**Task details**.
When you reach the line containing "v10 (-2.15,1.65,-0.56797)" in the entries below, begin reproducing lines exactly, and stop once the line containing "v16 (2.15,-1.65,-10)" is done.

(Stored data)
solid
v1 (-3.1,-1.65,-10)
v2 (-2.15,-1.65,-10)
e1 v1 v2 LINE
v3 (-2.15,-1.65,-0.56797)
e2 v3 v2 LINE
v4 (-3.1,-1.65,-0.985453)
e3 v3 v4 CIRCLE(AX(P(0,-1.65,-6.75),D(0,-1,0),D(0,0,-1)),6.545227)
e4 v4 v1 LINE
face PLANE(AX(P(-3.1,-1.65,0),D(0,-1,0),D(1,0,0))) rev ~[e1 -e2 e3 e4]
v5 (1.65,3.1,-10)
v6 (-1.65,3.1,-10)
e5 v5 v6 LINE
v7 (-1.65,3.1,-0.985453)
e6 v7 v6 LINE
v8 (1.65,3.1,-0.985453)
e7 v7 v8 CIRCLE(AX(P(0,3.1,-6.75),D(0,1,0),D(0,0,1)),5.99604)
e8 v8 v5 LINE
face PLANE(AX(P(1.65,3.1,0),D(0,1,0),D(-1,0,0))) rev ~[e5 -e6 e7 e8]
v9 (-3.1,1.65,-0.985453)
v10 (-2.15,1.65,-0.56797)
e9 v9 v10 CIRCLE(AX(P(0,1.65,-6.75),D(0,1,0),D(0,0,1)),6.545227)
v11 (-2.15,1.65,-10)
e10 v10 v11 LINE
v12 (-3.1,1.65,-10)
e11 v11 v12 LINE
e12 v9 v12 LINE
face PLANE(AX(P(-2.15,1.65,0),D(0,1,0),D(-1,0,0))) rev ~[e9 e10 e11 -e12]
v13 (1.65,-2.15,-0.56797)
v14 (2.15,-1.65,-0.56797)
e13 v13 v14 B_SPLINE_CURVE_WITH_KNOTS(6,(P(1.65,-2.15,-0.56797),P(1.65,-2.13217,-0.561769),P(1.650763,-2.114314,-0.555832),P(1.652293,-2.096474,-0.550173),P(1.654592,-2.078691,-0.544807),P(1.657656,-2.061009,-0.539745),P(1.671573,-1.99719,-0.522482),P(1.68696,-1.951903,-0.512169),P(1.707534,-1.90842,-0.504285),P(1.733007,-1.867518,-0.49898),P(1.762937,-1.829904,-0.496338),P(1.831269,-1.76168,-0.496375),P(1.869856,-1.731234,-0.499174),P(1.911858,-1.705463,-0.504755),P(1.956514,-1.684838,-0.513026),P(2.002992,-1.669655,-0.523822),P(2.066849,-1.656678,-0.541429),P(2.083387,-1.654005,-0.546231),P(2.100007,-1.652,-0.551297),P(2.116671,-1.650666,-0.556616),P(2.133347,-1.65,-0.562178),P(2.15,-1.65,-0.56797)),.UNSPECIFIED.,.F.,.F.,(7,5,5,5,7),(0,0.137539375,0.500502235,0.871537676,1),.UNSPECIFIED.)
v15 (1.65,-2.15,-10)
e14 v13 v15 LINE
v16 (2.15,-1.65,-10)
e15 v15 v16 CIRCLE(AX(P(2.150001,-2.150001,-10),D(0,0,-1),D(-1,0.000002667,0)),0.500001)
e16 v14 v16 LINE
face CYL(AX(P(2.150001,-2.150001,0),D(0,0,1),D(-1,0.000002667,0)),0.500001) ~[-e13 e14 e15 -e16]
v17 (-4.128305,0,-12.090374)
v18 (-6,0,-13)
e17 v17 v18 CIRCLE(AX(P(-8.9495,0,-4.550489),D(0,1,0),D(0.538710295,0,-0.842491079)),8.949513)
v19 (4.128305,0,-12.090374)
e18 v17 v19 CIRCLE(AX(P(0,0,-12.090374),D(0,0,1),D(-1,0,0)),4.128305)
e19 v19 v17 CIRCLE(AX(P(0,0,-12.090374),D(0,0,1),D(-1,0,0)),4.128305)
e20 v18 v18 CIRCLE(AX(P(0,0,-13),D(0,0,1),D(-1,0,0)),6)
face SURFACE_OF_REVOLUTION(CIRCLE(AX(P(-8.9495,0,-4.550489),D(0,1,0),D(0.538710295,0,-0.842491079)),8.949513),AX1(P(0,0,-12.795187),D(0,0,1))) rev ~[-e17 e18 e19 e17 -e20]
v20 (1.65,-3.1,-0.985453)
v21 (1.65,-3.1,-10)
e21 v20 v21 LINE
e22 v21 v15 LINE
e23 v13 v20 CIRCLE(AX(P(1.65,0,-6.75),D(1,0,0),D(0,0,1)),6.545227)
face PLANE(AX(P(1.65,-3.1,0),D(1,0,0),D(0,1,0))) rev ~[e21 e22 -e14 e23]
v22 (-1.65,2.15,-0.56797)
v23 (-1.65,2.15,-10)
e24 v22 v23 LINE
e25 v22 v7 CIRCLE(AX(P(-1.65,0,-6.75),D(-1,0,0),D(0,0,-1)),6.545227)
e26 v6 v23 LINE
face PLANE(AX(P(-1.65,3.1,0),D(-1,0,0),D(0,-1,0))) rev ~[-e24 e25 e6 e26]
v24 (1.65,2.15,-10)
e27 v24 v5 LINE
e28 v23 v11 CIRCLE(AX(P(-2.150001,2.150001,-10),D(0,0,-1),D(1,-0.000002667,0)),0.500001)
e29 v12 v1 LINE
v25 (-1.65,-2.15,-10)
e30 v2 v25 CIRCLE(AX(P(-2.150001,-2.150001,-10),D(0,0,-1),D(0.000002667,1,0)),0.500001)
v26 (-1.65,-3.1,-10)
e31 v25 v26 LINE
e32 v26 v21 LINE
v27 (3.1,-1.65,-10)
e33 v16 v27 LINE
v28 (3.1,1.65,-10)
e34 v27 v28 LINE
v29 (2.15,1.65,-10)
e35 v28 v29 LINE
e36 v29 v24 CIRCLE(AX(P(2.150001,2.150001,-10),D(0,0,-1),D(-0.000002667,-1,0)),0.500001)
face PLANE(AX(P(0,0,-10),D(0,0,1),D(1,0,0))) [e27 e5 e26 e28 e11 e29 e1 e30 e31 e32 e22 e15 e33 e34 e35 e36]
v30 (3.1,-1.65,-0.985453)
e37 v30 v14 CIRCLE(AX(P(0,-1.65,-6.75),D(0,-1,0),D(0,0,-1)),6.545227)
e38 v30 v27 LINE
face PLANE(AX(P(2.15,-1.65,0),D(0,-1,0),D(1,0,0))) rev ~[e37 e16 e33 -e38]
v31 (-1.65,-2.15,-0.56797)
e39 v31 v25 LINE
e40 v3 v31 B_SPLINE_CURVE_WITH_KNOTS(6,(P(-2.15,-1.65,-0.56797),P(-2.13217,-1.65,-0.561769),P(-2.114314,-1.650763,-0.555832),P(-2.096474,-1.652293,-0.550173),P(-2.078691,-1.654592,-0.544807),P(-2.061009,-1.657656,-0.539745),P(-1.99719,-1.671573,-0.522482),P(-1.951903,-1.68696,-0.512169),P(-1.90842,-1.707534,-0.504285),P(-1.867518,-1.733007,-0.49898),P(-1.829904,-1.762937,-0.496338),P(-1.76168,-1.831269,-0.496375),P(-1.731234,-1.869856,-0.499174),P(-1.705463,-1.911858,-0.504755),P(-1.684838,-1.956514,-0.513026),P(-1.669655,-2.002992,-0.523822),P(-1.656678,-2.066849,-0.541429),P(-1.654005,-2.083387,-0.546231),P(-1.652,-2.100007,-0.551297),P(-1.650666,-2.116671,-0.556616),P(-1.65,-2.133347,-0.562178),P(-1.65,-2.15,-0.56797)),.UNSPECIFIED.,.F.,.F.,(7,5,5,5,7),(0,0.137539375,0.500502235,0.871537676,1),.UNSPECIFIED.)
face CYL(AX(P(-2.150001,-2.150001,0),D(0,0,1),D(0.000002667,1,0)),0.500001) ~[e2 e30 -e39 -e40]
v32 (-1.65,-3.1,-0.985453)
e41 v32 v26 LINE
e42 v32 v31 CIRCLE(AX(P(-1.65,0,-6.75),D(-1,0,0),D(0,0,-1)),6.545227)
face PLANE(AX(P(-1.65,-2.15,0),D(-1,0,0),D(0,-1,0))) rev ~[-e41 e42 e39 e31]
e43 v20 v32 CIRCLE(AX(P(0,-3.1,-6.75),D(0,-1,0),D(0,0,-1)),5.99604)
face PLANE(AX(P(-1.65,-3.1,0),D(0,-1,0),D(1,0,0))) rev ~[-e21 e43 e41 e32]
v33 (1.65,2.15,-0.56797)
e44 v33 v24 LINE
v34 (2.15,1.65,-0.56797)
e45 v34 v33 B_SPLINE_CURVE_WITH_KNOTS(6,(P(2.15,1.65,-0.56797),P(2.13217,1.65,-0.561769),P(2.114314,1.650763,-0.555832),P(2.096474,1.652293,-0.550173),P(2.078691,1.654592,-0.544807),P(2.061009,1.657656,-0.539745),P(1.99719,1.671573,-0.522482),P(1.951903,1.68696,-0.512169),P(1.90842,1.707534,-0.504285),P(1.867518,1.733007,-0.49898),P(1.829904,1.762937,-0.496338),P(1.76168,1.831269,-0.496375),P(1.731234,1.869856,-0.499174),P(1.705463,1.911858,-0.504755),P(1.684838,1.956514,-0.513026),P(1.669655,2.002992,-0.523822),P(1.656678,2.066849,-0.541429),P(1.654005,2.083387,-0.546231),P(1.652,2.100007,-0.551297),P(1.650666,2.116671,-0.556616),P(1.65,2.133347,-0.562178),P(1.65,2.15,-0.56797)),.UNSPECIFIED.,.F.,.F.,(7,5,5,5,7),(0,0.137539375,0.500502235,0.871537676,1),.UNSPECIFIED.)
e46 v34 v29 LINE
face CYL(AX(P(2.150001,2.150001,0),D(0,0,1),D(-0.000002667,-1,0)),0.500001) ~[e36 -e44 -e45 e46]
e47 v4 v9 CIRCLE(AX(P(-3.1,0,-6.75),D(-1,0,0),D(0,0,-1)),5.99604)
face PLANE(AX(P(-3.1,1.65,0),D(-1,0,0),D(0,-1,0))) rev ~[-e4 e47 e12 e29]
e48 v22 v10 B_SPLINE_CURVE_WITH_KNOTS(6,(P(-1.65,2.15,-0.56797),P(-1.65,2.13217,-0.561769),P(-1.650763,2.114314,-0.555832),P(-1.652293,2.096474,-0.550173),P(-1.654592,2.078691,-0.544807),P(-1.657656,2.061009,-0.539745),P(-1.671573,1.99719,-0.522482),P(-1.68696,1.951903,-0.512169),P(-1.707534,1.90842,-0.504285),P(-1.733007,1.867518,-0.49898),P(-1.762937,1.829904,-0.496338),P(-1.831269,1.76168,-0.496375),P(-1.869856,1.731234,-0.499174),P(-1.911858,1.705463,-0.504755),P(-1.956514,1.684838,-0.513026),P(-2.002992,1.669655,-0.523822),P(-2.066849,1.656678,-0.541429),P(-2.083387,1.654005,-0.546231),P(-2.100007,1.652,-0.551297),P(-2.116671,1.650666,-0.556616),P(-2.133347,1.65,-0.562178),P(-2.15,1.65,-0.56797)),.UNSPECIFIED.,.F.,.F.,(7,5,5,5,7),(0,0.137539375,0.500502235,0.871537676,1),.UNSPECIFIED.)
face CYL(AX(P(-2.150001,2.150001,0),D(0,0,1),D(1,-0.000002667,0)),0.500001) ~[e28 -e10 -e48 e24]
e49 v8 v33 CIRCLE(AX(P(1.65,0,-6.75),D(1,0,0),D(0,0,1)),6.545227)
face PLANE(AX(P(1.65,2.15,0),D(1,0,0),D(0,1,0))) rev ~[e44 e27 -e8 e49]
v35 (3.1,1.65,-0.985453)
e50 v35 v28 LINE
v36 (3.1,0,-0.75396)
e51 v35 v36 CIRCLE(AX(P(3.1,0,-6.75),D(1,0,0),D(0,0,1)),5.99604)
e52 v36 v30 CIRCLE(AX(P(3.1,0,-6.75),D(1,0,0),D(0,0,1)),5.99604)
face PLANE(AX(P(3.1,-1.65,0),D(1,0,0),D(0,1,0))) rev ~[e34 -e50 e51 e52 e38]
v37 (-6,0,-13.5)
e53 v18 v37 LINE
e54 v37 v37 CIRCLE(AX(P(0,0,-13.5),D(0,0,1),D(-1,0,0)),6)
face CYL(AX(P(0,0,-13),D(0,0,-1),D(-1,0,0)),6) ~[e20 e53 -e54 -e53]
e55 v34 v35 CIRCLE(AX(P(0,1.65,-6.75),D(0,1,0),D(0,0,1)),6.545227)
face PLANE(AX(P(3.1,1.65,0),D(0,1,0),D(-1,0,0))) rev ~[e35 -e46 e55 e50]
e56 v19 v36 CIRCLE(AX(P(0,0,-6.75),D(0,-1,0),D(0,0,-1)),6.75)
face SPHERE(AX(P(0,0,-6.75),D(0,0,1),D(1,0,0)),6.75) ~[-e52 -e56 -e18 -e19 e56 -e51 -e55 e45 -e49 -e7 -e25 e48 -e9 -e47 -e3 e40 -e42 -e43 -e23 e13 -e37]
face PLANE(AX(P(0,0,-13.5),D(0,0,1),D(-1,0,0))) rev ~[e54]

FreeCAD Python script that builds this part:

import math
import FreeCAD as App
import Part
import Sketcher
from FreeCAD import Vector
Q = App.Units.Quantity

doc = App.newDocument("Part")
params = doc.addObject("Spreadsheet::Sheet", "Params")
for row, (alias, value) in enumerate([
    ("sketch1_radius", "6.75 mm"),
    ("revolution_angle", "360 deg"),
    ("sketch2_radius", "0.500001 mm"),
    ("sketch2_width", "3.3 mm"),
    ("sketch2_width2", "0.95 mm"),
    ("pocket1_length", "10 mm"),
    ("sketch3_width", "6 mm"),
    ("sketch3_height", "0.5 mm"),
    ("revolution2_angle", "360 deg"),
], start=1):
    params.set(f"A{row}", alias)
    params.set(f"B{row}", "=" + value)
    params.setAlias(f"B{row}", alias)

body = doc.addObject("PartDesign::Body", "Body")

# Sketch on XZ plane
sketch1 = body.newObject("Sketcher::SketchObject", "Sketch")
sketch1.AttachmentSupport = (doc.getObject("XZ_Plane"), [""])
sketch1.MapMode = "FlatFace"
sketch1.addGeometry(Part.LineSegment(Vector(0, 0, 0), Vector(0, -13.5, 0)), False)
sketch1.addGeometry(Part.ArcOfCircle(Part.Circle(Vector(0, -6.75, 0), Vector(0, 0, 1), 6.75), math.radians(-90), math.radians(90)), False)
sketch1.addConstraint(Sketcher.Constraint("Coincident", 0, 1, 1, 2))
sketch1.addConstraint(Sketcher.Constraint("Coincident", 1, 1, 0, 2))
sketch1.addConstraint(Sketcher.Constraint("Vertical", 0))
sketch1.addConstraint(Sketcher.Constraint("Coincident", 0, 1, -1, 1))
sketch1.addConstraint(Sketcher.Constraint("PointOnObject", 1, 3, -2))
sketch1.addConstraint(Sketcher.Constraint("Radius", 1, Q("6.75 mm")))
sketch1.setExpression("Constraints[5]", "Params.sketch1_radius")
revolution = body.newObject("PartDesign::Revolution", "Revolution")
revolution.Profile = sketch1
revolution.ReferenceAxis = (sketch1, ["V_Axis"])
revolution.setExpression("Angle", "Params.revolution_angle")

# Sketch on XY plane
sketch2 = body.newObject("Sketcher::SketchObject", "Sketch001")
sketch2.AttachmentSupport = (doc.getObject("XY_Plane"), [""])
sketch2.MapMode = "FlatFace"
sketch2.addGeometry(Part.LineSegment(Vector(-3.1, 1.65, 0), Vector(-3.1, -1.65, 0)), False)
sketch2.addGeometry(Part.LineSegment(Vector(-3.1, -1.65, 0), Vector(-2.15, -1.65, 0)), False)
sketch2.addGeometry(Part.ArcOfCircle(Part.Circle(Vector(-2.150001, -2.150001, 0), Vector(0, 0, 1), 0.500001), math.radians(0.000153), math.radians(89.999847)), False)
sketch2.addGeometry(Part.LineSegment(Vector(-1.65, -2.15, 0), Vector(-1.65, -3.1, 0)), False)
sketch2.addGeometry(Part.LineSegment(Vector(-1.65, -3.1, 0), Vector(1.65, -3.1, 0)), False)
sketch2.addGeometry(Part.LineSegment(Vector(1.65, -3.1, 0), Vector(1.65, -2.15, 0)), False)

**Task answer**.
v10 (-2.15,1.65,-0.56797)
e9 v9 v10 CIRCLE(AX(P(0,1.65,-6.75),D(0,1,0),D(0,0,1)),6.545227)
v11 (-2.15,1.65,-10)
e10 v10 v11 LINE
v12 (-3.1,1.65,-10)
e11 v11 v12 LINE
e12 v9 v12 LINE
face PLANE(AX(P(-2.15,1.65,0),D(0,1,0),D(-1,0,0))) rev ~[e9 e10 e11 -e12]
v13 (1.65,-2.15,-0.56797)
v14 (2.15,-1.65,-0.56797)
e13 v13 v14 B_SPLINE_CURVE_WITH_KNOTS(6,(P(1.65,-2.15,-0.56797),P(1.65,-2.13217,-0.561769),P(1.650763,-2.114314,-0.555832),P(1.652293,-2.096474,-0.550173),P(1.654592,-2.078691,-0.544807),P(1.657656,-2.061009,-0.539745),P(1.671573,-1.99719,-0.522482),P(1.68696,-1.951903,-0.512169),P(1.707534,-1.90842,-0.504285),P(1.733007,-1.867518,-0.49898),P(1.762937,-1.829904,-0.496338),P(1.831269,-1.76168,-0.496375),P(1.869856,-1.731234,-0.499174),P(1.911858,-1.705463,-0.504755),P(1.956514,-1.684838,-0.513026),P(2.002992,-1.669655,-0.523822),P(2.066849,-1.656678,-0.541429),P(2.083387,-1.654005,-0.546231),P(2.100007,-1.652,-0.551297),P(2.116671,-1.650666,-0.556616),P(2.133347,-1.65,-0.562178),P(2.15,-1.65,-0.56797)),.UNSPECIFIED.,.F.,.F.,(7,5,5,5,7),(0,0.137539375,0.500502235,0.871537676,1),.UNSPECIFIED.)
v15 (1.65,-2.15,-10)
e14 v13 v15 LINE
v16 (2.15,-1.65,-10)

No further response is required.